Singer is a very interesting character, how did she originally come to you?

I moved from a large industrial city to a small island, one of over 450 islands in the Salish Sea off British Columbia, and met a woman living in a van at the side of the road. It set me wondering how you end up living like that and what had brought her to our island. LONG GONE MAN is the story I gave her.

That story wouldn’t occur to me now but then I was an outsider, looking at the world with city eyes. I thought she was homeless but she was probably just a traveler, like all the others just passing through, in a place where we pretty much all look rumpled and unkept. The islands are a place for sailing and dreaming, not dressing. It took me seven years to see this reality.

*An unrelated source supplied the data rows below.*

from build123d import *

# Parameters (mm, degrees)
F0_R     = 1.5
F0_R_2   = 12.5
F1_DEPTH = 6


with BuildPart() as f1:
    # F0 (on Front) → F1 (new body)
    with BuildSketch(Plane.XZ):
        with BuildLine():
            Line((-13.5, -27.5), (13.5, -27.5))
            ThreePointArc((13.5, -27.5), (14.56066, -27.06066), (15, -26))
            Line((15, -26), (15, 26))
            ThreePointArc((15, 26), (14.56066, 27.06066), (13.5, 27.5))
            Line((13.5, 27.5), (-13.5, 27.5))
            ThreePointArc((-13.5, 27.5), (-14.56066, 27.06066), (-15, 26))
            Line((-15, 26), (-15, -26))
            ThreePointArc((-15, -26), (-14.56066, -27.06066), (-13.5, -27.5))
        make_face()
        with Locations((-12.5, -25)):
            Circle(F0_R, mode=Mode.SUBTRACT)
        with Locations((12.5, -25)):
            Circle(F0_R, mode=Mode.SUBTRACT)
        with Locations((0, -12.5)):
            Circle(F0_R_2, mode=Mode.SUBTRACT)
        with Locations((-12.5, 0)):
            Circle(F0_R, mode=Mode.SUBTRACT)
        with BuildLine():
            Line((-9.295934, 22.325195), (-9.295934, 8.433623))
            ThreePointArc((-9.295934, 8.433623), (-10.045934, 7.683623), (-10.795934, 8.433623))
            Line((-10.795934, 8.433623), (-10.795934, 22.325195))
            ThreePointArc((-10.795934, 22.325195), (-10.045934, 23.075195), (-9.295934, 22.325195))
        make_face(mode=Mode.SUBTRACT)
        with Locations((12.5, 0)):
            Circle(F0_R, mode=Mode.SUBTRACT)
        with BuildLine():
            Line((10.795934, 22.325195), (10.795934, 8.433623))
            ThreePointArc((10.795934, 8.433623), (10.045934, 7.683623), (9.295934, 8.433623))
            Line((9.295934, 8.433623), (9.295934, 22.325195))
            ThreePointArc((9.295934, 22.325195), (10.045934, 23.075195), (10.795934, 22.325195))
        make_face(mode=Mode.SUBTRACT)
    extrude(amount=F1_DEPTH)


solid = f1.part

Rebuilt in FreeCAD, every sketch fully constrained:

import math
import FreeCAD as App
import Part
import Sketcher
from FreeCAD import Vector

doc = App.newDocument("Part")
params = doc.addObject("Spreadsheet::Sheet", "Params")
for row, (alias, value) in enumerate([
    ("sketch1_diameter", "3 mm"),
    ("sketch1_diameter2", "25 mm"),
    ("sketch1_width", "27 mm"),
    ("sketch1_height", "52 mm"),
    ("sketch1_radius", "0.75 mm"),
    ("pad1_length", "6 mm"),
], start=1):
    params.set(f"A{row}", alias)
    params.set(f"B{row}", "=" + value)
    params.setAlias(f"B{row}", alias)

body = doc.addObject("PartDesign::Body", "Body")

# Sketch on XZ plane
sketch1 = doc.addObject("Sketcher::SketchObject", "Sketch")
body.addObject(sketch1)
sketch1.AttachmentSupport = (doc.XZ_Plane, [""])
sketch1.MapMode = "FlatFace"
sketch1.addGeometry([
    Part.LineSegment(Vector(-13.5, -27.5, 0), Vector(13.5, -27.5, 0)),  # 0
    Part.ArcOfCircle(Part.Circle(Vector(13.5, -26, 0), Vector(0, 0, 1), 1.5), math.radians(-90), math.radians(0)),  # 1
    Part.LineSegment(Vector(15, -26, 0), Vector(15, 26, 0)),  # 2
    Part.ArcOfCircle(Part.Circle(Vector(13.5, 26, 0), Vector(0, 0, 1), 1.5), math.radians(0), math.radians(90)),  # 3
    Part.LineSegment(Vector(13.5, 27.5, 0), Vector(-13.5, 27.5, 0)),  # 4
    Part.ArcOfCircle(Part.Circle(Vector(-13.5, 26, 0), Vector(0, 0, 1), 1.5), math.radians(90), math.radians(180)),  # 5
    Part.LineSegment(Vector(-15, 26, 0), Vector(-15, -26, 0)),  # 6
    Part.ArcOfCircle(Part.Circle(Vector(-13.5, -26, 0), Vector(0, 0, 1), 1.5), math.radians(-180), math.radians(-90)),  # 7
    Part.Circle(Vector(-12.5, -25, 0), Vector(0, 0, 1), 1.5),  # 8
    Part.Circle(Vector(12.5, -25, 0), Vector(0, 0, 1), 1.5),  # 9
    Part.Circle(Vector(0, -12.5, 0), Vector(0, 0, 1), 12.5),  # 10
    Part.Circle(Vector(-12.5, 0, 0), Vector(0, 0, 1), 1.5),  # 11
    Part.ArcOfCircle(Part.Circle(Vector(-10, 22.3, 0), Vector(0, 0, 1), 0.8), math.radians(0), math.radians(180)),  # 12
    Part.LineSegment(Vector(-9.3, 22.3, 0), Vector(-9.3, 8.4, 0)),  # 13
    Part.ArcOfCircle(Part.Circle(Vector(-10, 8.4, 0), Vector(0, 0, 1), 0.8), math.radians(180), math.radians(360)),  # 14
    Part.LineSegment(Vector(-10.8, 8.4, 0), Vector(-10.8, 22.3, 0)),  # 15
    Part.Circle(Vector(12.5, 0, 0), Vector(0, 0, 1), 1.5),  # 16
    Part.ArcOfCircle(Part.Circle(Vector(10, 22.3, 0), Vector(0, 0, 1), 0.8), math.radians(0), math.radians(180)),  # 17
    Part.LineSegment(Vector(10.8, 22.3, 0), Vector(10.8, 8.4, 0)),  # 18
    Part.ArcOfCircle(Part.Circle(Vector(10, 8.4, 0), Vector(0, 0, 1), 0.8), math.radians(180), math.radians(360)),  # 19
    Part.LineSegment(Vector(9.3, 8.4, 0), Vector(9.3, 22.3, 0)),  # 20
], False)
sketch1.addConstraint([
    Sketcher.Constraint("Tangent", 0, 2, 1, 1),
    Sketcher.Constraint("Tangent", 1, 2, 2, 1),
    Sketcher.Constraint("Tangent", 2, 2, 3, 1),
    Sketcher.Constraint("Tangent", 3, 2, 4, 1),
    Sketcher.Constraint("Tangent", 4, 2, 5, 1),
    Sketcher.Constraint("Tangent", 5, 2, 6, 1),
    Sketcher.Constraint("Tangent", 6, 2, 7, 1),
    Sketcher.Constraint("Tangent", 7, 2, 0, 1),
    Sketcher.Constraint("Tangent", 12, 1, 13, 1),
    Sketcher.Constraint("Tangent", 13, 2, 14, 2),
    Sketcher.Constraint("Tangent", 14, 1, 15, 1),
    Sketcher.Constraint("Tangent", 15, 2, 12, 2),
    Sketcher.Constraint("Tangent", 17, 1, 18, 1),
    Sketcher.Constraint("Tangent", 18, 2, 19, 2),
    Sketcher.Constraint("Tangent", 19, 1, 20, 1),
    Sketcher.Constraint("Tangent", 20, 2, 17, 2),
    Sketcher.Constraint("Horizontal", 0),
    Sketcher.Constraint("Vertical", 2),
    Sketcher.Constraint("Horizontal", 4),
    Sketcher.Constraint("Vertical", 6),
    Sketcher.Constraint("Vertical", 13),
    Sketcher.Constraint("Vertical", 15),
    Sketcher.Constraint("Vertical", 18),
    Sketcher.Constraint("Vertical", 20),
    Sketcher.Constraint("Equal", 1, 3),
    Sketcher.Constraint("Equal", 3, 5),
    Sketcher.Constraint("Equal", 5, 7),
    Sketcher.Constraint("Equal", 7, 8),
    Sketcher.Constraint("Equal", 8, 9),
    Sketcher.Constraint("Equal", 9, 11),
    Sketcher.Constraint("Equal", 11, 16),
    Sketcher.Constraint("Equal", 14, 17),
    Sketcher.Constraint("Symmetric", 1, 3, 5, 3, -1, 1),
    Sketcher.Constraint("Symmetric", 11, 3, 16, 3, -1, 1),
    Sketcher.Constraint("Symmetric", 8, 3, 9, 3, -2),
    Sketcher.Constraint("Symmetric", 12, 3, 17, 3, -2),
    Sketcher.Constraint("PointOnObject", 10, 3, -2),
    Sketcher.Constraint("PointOnObject", 11, 3, -1),
    Sketcher.Constraint("Horizontal", 14, 3, 19, 3),
    Sketcher.Constraint("Vertical", 8, 3, 11, 3),
    Sketcher.Constraint("Diameter", 8, 3.0),
    Sketcher.Constraint("Diameter", 10, 25.0),
    Sketcher.Constraint("DistanceX", 0, 1, 0, 2, 27.0),
    Sketcher.Constraint("DistanceY", 2, 1, 2, 2, 52.0),
    Sketcher.Constraint("Radius", 12, 0.75),
    Sketcher.Constraint("DistanceY", 8, 3, -1, 1, 25.0),
    Sketcher.Constraint("DistanceX", 7, 3, 8, 3, 0.999999),
    Sketcher.Constraint("DistanceY", 0, 2, 10, 3, 15.0),
    Sketcher.Constraint("DistanceY", 13, 2, 13, 1, 13.891572),
    Sketcher.Constraint("DistanceX", 12, 3, 17, 3, 20.091868),
    Sketcher.Constraint("DistanceY", -1, 1, 12, 3, 22.325195),
])
sketch1.setExpression("Constraints[40]", "Params.sketch1_diameter")
sketch1.setExpression("Constraints[41]", "Params.sketch1_diameter2")
sketch1.setExpression("Constraints[42]", "Params.sketch1_width")
sketch1.setExpression("Constraints[43]", "Params.sketch1_height")
sketch1.setExpression("Constraints[44]", "Params.sketch1_radius")
pad1 = doc.addObject("PartDesign::Pad", "Pad")
body.addObject(pad1)
pad1.Profile = sketch1
pad1.setExpression("Length", "Params.pad1_length")

doc.recompute()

But still, it’s always the outsiders who see things most clearly and maybe that’s a little personality kink that makes us writers.

What kind of research do you do for your writing?

The Sherri Travis series, set in Florida, is about a bartender. While I’ve never been a bartender, I’ve admired the work of many.  I call it research.

The next Sherri Travis is set in the Everglades…at night. My husband and I hired a guide to take us into the glades.  The first two hours of our kayaking trip were in the daytime and the last two were after dark. The eyes of alligators really do glow red when you shine a light on them at night but you only use that light before you enter one of the tunnels into the mangroves. You want to know if there is a gator there. You see, alligators can’t back up so when one of them is coming towards you in these six foot wide channels they will either push by you, or go under your kayak if there is enough water or…. I didn’t ask if the guide had ever lost a member of his party but I did notice he was always the last of the three of us to enter the tunnel. His only piece of advice was, “No matter what happens, don’t panic.” What a joker.

What authors have inspired you?

I started reading my dad’s crime novels back in grade school. You know the ones. They had lurid covers with a beautiful woman showing very long legs and deep cleavage.  John D. McDonald taught me to love Florida and worry about its ecology and his Travis McGee became Sherri Travis. From Shell Scott to Hammett, I read them all but I still think Agatha Christie was the best at plotting. Add a good mystery plot to being scared out of your mind and you’ve got my perfect book.

And now for the deep philosophical part of the interview … If you were a beverage how would you describe yourself?

Now isn’t that the perfect question?  The next Sherri Travis novel, MARTINI REGRETS, will be out in the fall of 2014. Let’s make me a dirty martini. You coat the inside of a frozen martini glass with a little vermouth, and then shake up the vodka with the brine from a jar of olives. Pour into the chilled glass, pop in a few olives, olives that are stuffed with jalapenos, and sail straight to heaven. Oh yes, a dirty martini.

*****

OLYMPUS DIGITAL CAMERAPhyllis Smallman’s first novel, MARGARITA NIGHTS, won the inaugural Unhanged Arthur award from the Crime Writers of Canada after being shortlisted for the Debut Dagger in the U.K. and the Malice Domestic in the U.S.. Her writing has appeared in both Spinetingler Magazine and Omni Mystery Magazine. The Florida Writer’s Association awarded Champagne for Buzzards a silver medal for the best mystery and her fifth book, Highball Exit, won an IPPY award in 2013. The Sherri Travis mystery series was one of six chosen by Good Morning America for a summer read in 2010. Before turning to a life of crime, Smallman was a potter. She divides her time between a beach in Florida and an island in the Salish Sea.